=== Activity ===
Some of the lines below need repeating. Reproduce exactly those between the lines holding "v -23.109 26.186 -76.2" and "v -34.535 -5.205 76.2", inclusive.

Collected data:

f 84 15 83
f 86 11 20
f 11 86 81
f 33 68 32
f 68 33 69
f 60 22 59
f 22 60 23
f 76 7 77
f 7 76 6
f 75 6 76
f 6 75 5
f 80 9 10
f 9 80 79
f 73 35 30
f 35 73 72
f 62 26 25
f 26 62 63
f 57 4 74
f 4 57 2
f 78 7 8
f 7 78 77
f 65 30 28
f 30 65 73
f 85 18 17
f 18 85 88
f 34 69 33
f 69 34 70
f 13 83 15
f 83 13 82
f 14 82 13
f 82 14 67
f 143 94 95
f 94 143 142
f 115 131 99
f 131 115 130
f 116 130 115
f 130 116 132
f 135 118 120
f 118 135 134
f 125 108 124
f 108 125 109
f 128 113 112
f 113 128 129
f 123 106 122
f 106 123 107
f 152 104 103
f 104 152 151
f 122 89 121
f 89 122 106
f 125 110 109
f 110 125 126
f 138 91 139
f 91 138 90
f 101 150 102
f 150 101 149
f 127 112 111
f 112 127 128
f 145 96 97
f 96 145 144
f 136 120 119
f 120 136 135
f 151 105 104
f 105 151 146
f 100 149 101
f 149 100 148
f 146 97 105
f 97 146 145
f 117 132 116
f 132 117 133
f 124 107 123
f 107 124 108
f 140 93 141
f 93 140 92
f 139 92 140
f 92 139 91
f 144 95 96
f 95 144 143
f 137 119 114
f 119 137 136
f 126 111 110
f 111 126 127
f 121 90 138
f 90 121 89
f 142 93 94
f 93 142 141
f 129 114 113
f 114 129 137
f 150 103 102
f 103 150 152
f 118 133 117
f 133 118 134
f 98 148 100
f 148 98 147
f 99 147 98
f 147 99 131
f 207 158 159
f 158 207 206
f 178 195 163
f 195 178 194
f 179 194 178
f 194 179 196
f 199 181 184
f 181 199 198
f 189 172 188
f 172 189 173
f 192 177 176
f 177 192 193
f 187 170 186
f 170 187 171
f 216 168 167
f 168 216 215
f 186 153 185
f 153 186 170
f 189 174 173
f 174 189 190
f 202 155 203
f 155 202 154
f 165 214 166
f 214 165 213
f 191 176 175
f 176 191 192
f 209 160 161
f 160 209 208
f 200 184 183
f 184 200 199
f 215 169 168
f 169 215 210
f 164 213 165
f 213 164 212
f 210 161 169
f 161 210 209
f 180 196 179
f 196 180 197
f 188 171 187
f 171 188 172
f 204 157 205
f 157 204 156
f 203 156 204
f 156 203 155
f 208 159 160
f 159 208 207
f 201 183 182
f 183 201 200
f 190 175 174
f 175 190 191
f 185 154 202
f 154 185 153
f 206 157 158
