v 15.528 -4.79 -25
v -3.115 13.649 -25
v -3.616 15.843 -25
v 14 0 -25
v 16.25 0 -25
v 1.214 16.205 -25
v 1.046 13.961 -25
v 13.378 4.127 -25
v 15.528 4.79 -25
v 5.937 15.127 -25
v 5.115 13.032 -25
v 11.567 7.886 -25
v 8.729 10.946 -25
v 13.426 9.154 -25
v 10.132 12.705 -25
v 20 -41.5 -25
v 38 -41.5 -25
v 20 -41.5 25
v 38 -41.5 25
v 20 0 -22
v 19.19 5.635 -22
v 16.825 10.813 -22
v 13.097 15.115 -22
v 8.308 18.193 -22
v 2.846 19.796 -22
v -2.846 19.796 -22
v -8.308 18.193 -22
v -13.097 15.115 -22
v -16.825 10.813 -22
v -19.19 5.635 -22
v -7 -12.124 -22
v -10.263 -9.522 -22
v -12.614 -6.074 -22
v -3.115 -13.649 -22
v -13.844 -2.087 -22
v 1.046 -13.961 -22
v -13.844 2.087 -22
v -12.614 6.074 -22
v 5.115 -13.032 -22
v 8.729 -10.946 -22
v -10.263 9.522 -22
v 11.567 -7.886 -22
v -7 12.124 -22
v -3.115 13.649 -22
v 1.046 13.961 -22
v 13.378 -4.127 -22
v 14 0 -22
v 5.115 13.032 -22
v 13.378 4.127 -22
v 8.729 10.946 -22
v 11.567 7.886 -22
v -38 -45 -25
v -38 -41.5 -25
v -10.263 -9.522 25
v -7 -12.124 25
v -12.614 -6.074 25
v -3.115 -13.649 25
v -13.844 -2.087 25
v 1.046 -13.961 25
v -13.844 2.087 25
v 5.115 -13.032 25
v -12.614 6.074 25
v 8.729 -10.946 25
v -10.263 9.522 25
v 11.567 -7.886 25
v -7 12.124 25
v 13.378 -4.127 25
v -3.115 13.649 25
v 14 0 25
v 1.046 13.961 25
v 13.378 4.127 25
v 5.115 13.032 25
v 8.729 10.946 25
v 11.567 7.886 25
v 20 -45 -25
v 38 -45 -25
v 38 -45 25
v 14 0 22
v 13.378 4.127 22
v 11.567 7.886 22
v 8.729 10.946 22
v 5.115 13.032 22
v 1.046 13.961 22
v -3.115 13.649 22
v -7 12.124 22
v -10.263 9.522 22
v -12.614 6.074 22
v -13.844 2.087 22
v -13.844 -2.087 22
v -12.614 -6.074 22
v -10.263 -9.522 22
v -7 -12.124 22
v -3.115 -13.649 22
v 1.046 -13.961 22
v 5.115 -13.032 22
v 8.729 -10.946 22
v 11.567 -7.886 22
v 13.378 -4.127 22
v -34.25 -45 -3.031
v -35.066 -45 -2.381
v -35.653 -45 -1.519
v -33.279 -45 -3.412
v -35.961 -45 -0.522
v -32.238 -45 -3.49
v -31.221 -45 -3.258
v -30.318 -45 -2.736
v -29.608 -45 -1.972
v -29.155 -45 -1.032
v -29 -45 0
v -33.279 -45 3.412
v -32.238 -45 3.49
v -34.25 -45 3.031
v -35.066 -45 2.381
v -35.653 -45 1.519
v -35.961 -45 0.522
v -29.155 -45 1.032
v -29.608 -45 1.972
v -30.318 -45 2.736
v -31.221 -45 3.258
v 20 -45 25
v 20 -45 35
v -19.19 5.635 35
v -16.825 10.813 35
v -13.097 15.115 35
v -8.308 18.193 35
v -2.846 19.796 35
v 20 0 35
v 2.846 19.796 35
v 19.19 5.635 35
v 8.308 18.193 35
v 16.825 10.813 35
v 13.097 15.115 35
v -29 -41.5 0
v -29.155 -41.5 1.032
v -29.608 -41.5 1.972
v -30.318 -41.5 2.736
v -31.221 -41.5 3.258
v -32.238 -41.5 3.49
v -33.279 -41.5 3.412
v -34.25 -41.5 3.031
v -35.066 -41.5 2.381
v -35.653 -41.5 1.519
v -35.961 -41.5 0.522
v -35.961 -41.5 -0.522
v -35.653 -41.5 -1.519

--

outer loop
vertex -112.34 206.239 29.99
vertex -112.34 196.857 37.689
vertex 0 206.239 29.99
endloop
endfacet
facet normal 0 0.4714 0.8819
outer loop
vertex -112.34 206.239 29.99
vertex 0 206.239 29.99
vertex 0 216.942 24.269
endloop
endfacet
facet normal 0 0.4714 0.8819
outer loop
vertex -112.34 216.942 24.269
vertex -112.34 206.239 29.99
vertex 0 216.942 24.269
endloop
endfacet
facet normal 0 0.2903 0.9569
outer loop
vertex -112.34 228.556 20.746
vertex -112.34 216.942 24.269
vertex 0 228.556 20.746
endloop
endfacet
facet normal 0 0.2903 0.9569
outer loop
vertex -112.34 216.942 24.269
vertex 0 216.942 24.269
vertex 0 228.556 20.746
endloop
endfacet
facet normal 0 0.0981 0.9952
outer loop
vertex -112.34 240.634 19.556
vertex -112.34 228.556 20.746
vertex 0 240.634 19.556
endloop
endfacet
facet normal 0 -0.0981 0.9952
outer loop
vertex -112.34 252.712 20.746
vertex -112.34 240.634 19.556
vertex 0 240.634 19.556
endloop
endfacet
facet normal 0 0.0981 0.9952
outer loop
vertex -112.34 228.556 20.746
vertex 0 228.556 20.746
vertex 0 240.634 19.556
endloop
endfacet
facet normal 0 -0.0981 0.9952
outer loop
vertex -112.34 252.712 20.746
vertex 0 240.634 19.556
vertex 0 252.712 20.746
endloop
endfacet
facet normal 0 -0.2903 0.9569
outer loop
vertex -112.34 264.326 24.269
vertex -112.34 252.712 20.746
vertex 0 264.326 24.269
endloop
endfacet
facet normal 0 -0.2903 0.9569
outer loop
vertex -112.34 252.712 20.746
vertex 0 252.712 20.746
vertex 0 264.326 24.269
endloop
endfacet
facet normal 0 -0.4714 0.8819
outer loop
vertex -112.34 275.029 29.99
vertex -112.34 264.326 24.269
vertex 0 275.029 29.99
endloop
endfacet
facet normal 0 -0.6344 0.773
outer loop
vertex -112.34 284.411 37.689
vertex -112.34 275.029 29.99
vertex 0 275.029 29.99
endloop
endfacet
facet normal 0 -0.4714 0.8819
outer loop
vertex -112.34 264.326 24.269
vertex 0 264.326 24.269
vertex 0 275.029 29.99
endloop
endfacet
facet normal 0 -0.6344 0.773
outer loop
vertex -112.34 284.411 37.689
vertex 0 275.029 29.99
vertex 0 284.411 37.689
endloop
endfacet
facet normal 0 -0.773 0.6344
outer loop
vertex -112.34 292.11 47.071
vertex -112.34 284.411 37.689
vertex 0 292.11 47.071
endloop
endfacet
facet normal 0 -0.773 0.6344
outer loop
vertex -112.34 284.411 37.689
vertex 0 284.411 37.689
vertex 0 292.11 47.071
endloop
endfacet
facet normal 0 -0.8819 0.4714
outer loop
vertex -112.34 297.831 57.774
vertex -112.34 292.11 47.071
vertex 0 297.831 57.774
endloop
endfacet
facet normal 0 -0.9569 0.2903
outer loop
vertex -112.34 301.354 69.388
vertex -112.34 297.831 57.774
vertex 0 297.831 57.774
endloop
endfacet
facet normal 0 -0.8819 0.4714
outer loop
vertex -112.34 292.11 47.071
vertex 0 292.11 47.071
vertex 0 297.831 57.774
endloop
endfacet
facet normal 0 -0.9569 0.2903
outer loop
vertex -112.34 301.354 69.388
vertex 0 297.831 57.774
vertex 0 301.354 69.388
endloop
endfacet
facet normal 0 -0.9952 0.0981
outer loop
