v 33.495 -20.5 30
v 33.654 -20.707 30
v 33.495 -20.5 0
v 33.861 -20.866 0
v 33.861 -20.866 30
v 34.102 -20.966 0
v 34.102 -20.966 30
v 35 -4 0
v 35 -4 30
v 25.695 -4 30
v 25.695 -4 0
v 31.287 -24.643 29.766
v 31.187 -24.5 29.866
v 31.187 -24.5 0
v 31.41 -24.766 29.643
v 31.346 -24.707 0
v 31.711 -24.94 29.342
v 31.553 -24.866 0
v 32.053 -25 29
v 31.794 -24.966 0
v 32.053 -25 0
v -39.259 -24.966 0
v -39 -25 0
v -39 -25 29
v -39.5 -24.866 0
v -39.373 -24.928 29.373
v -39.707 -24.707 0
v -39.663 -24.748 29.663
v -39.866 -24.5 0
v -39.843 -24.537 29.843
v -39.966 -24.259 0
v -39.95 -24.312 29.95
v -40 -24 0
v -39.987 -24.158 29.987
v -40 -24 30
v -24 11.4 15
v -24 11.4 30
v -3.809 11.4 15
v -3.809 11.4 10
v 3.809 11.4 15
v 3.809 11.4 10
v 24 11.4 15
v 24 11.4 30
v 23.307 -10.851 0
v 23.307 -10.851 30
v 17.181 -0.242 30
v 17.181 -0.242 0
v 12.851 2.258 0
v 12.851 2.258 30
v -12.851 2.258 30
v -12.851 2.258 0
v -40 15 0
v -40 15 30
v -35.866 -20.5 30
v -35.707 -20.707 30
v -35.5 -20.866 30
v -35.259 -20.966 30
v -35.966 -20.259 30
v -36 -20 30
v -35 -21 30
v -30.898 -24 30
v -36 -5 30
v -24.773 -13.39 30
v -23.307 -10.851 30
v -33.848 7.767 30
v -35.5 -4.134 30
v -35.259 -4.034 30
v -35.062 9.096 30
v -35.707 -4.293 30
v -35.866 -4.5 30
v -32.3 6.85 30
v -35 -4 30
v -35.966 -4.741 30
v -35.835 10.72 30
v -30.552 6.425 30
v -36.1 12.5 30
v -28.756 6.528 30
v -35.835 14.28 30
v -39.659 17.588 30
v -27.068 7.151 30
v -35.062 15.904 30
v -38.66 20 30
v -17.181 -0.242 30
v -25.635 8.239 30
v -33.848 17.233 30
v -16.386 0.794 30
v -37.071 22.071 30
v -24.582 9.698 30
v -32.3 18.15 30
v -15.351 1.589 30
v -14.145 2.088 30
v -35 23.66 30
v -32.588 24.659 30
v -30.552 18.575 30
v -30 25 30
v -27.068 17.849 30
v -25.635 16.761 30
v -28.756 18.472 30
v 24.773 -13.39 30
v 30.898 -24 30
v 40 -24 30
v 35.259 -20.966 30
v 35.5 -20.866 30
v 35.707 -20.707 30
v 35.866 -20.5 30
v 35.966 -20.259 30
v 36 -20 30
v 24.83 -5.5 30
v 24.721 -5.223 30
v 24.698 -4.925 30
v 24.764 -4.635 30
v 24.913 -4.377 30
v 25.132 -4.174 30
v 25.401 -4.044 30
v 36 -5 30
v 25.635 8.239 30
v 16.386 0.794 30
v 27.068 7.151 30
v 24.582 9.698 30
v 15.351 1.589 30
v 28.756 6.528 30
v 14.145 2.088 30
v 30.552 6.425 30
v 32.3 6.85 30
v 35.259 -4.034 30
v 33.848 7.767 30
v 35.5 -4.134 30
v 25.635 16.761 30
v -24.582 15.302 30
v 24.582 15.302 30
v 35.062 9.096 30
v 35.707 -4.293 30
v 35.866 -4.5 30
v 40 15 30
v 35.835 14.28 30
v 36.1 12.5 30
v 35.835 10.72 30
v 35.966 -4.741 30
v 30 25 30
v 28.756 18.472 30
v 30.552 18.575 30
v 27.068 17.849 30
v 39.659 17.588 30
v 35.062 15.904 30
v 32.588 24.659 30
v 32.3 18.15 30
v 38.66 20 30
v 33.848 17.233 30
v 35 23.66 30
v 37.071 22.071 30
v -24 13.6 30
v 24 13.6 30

---

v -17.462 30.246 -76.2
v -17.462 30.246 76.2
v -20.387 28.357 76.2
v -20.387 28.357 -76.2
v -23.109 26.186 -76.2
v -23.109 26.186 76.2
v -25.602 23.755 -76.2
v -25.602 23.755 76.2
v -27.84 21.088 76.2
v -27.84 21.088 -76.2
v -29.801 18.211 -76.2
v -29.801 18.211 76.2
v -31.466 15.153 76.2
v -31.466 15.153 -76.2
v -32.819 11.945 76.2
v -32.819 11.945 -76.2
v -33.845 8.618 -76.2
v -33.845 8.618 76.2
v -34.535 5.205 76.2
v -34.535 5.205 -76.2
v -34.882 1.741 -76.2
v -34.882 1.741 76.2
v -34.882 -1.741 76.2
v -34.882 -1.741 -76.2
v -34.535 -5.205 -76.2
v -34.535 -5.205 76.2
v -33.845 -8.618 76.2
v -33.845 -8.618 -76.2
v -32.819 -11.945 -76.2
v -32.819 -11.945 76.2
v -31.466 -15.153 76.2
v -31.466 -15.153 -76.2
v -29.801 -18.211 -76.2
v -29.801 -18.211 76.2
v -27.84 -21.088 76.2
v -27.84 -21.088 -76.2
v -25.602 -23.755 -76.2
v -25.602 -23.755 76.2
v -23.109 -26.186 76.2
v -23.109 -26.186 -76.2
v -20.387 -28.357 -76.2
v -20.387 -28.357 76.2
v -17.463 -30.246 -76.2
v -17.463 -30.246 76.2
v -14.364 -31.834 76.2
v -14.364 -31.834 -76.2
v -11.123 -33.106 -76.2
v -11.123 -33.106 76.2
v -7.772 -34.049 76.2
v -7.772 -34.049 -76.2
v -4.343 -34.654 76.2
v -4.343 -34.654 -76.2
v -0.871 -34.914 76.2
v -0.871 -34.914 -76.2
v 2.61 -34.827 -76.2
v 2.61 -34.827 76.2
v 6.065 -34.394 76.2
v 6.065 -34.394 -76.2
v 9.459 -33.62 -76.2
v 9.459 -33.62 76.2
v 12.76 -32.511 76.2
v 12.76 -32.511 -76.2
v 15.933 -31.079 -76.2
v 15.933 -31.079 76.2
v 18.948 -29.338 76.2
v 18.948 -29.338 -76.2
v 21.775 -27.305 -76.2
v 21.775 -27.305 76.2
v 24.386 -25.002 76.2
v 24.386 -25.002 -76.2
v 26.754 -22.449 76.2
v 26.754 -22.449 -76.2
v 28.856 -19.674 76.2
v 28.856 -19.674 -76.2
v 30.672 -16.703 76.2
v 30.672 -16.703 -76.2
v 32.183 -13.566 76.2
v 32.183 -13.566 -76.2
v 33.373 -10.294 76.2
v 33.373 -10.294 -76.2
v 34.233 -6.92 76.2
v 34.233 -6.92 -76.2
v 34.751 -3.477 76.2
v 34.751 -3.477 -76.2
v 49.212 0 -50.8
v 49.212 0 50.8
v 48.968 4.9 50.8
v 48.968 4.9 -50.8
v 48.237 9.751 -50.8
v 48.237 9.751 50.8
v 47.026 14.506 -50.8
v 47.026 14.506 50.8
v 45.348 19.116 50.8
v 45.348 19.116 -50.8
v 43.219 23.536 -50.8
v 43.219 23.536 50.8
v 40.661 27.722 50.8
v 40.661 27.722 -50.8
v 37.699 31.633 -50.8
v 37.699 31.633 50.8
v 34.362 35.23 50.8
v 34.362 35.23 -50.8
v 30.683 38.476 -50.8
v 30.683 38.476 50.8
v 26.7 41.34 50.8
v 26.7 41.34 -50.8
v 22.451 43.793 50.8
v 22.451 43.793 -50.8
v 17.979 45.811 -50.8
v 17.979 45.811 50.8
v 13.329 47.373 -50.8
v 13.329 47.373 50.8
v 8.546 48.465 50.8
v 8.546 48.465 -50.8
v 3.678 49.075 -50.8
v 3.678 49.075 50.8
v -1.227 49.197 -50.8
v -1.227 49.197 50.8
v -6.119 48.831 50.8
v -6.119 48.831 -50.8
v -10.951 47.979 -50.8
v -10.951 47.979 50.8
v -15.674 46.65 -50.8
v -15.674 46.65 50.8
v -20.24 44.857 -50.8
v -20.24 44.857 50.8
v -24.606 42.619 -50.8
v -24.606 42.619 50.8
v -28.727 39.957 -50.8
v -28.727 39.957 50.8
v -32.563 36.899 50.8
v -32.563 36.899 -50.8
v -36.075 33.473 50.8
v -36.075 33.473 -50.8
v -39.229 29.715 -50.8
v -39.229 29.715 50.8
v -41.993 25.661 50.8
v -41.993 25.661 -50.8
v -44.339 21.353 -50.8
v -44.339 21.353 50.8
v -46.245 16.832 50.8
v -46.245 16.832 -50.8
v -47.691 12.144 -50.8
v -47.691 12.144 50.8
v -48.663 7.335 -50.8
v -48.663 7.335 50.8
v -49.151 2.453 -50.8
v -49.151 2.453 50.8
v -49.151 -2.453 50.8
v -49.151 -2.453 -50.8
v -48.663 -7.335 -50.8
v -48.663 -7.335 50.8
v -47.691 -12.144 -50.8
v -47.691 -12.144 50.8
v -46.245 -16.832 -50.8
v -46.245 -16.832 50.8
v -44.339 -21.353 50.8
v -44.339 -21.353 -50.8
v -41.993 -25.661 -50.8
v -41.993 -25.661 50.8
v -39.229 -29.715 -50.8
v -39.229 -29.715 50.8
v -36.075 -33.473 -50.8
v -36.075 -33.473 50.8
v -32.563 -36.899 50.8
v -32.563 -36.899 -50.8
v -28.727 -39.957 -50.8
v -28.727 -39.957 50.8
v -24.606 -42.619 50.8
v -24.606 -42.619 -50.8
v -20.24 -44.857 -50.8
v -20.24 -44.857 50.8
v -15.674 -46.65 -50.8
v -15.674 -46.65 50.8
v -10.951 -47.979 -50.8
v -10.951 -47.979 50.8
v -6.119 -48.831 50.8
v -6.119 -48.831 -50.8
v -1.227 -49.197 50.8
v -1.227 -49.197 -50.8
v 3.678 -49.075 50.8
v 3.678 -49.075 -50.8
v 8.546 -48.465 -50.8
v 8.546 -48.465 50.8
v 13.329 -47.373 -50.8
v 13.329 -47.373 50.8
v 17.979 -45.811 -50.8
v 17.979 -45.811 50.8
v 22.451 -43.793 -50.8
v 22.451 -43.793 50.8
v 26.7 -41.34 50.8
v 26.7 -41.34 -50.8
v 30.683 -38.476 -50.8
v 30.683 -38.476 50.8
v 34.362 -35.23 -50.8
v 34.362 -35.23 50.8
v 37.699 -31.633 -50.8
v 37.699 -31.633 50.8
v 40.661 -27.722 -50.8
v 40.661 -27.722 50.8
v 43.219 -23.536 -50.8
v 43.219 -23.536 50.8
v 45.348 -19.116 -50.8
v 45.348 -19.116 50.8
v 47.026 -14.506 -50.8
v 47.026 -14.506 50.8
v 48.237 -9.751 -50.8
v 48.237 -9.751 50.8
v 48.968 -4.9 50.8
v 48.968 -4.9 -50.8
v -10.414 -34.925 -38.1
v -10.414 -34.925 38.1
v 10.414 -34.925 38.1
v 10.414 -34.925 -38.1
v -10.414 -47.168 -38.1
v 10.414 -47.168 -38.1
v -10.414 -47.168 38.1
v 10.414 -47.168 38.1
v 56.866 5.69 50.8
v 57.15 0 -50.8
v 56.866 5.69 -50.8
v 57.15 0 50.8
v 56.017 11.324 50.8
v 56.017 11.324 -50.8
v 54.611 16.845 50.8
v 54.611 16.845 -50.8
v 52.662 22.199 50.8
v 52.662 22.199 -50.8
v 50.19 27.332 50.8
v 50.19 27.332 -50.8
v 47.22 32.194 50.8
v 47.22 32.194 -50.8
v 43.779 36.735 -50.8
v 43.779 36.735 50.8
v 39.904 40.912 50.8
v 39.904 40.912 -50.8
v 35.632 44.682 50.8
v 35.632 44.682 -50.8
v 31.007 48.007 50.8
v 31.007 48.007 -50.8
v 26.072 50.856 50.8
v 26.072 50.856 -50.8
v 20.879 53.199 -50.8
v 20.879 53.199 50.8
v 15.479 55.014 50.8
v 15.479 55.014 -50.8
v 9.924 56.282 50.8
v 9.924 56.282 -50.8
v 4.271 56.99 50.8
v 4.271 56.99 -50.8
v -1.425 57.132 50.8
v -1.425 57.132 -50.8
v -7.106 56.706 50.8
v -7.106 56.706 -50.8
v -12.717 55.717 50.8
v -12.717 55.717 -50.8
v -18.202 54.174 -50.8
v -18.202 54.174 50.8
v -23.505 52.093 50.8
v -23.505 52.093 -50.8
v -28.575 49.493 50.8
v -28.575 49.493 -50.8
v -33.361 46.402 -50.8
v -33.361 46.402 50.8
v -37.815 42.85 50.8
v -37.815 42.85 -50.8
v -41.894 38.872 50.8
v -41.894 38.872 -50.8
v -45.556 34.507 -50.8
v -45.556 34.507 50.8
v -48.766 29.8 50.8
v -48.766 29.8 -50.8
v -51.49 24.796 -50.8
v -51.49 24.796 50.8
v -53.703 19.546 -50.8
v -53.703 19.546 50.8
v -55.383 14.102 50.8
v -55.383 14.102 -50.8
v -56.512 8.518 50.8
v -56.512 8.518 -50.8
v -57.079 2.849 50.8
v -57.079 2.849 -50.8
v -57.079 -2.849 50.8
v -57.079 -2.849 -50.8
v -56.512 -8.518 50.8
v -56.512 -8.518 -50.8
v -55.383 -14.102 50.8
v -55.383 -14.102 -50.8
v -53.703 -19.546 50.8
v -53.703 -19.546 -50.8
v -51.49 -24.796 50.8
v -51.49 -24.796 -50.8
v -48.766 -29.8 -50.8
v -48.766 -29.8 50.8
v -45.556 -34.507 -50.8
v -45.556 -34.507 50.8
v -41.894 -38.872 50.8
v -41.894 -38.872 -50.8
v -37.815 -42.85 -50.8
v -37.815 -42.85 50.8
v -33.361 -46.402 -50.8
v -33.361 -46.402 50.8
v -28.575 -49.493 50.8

=== Response to the exercise ===
v -23.109 26.186 -76.2
v -23.109 26.186 76.2
v -25.602 23.755 -76.2
v -25.602 23.755 76.2
v -27.84 21.088 76.2
v -27.84 21.088 -76.2
v -29.801 18.211 -76.2
v -29.801 18.211 76.2
v -31.466 15.153 76.2
v -31.466 15.153 -76.2
v -32.819 11.945 76.2
v -32.819 11.945 -76.2
v -33.845 8.618 -76.2
v -33.845 8.618 76.2
v -34.535 5.205 76.2
v -34.535 5.205 -76.2
v -34.882 1.741 -76.2
v -34.882 1.741 76.2
v -34.882 -1.741 76.2
v -34.882 -1.741 -76.2
v -34.535 -5.205 -76.2
v -34.535 -5.205 76.2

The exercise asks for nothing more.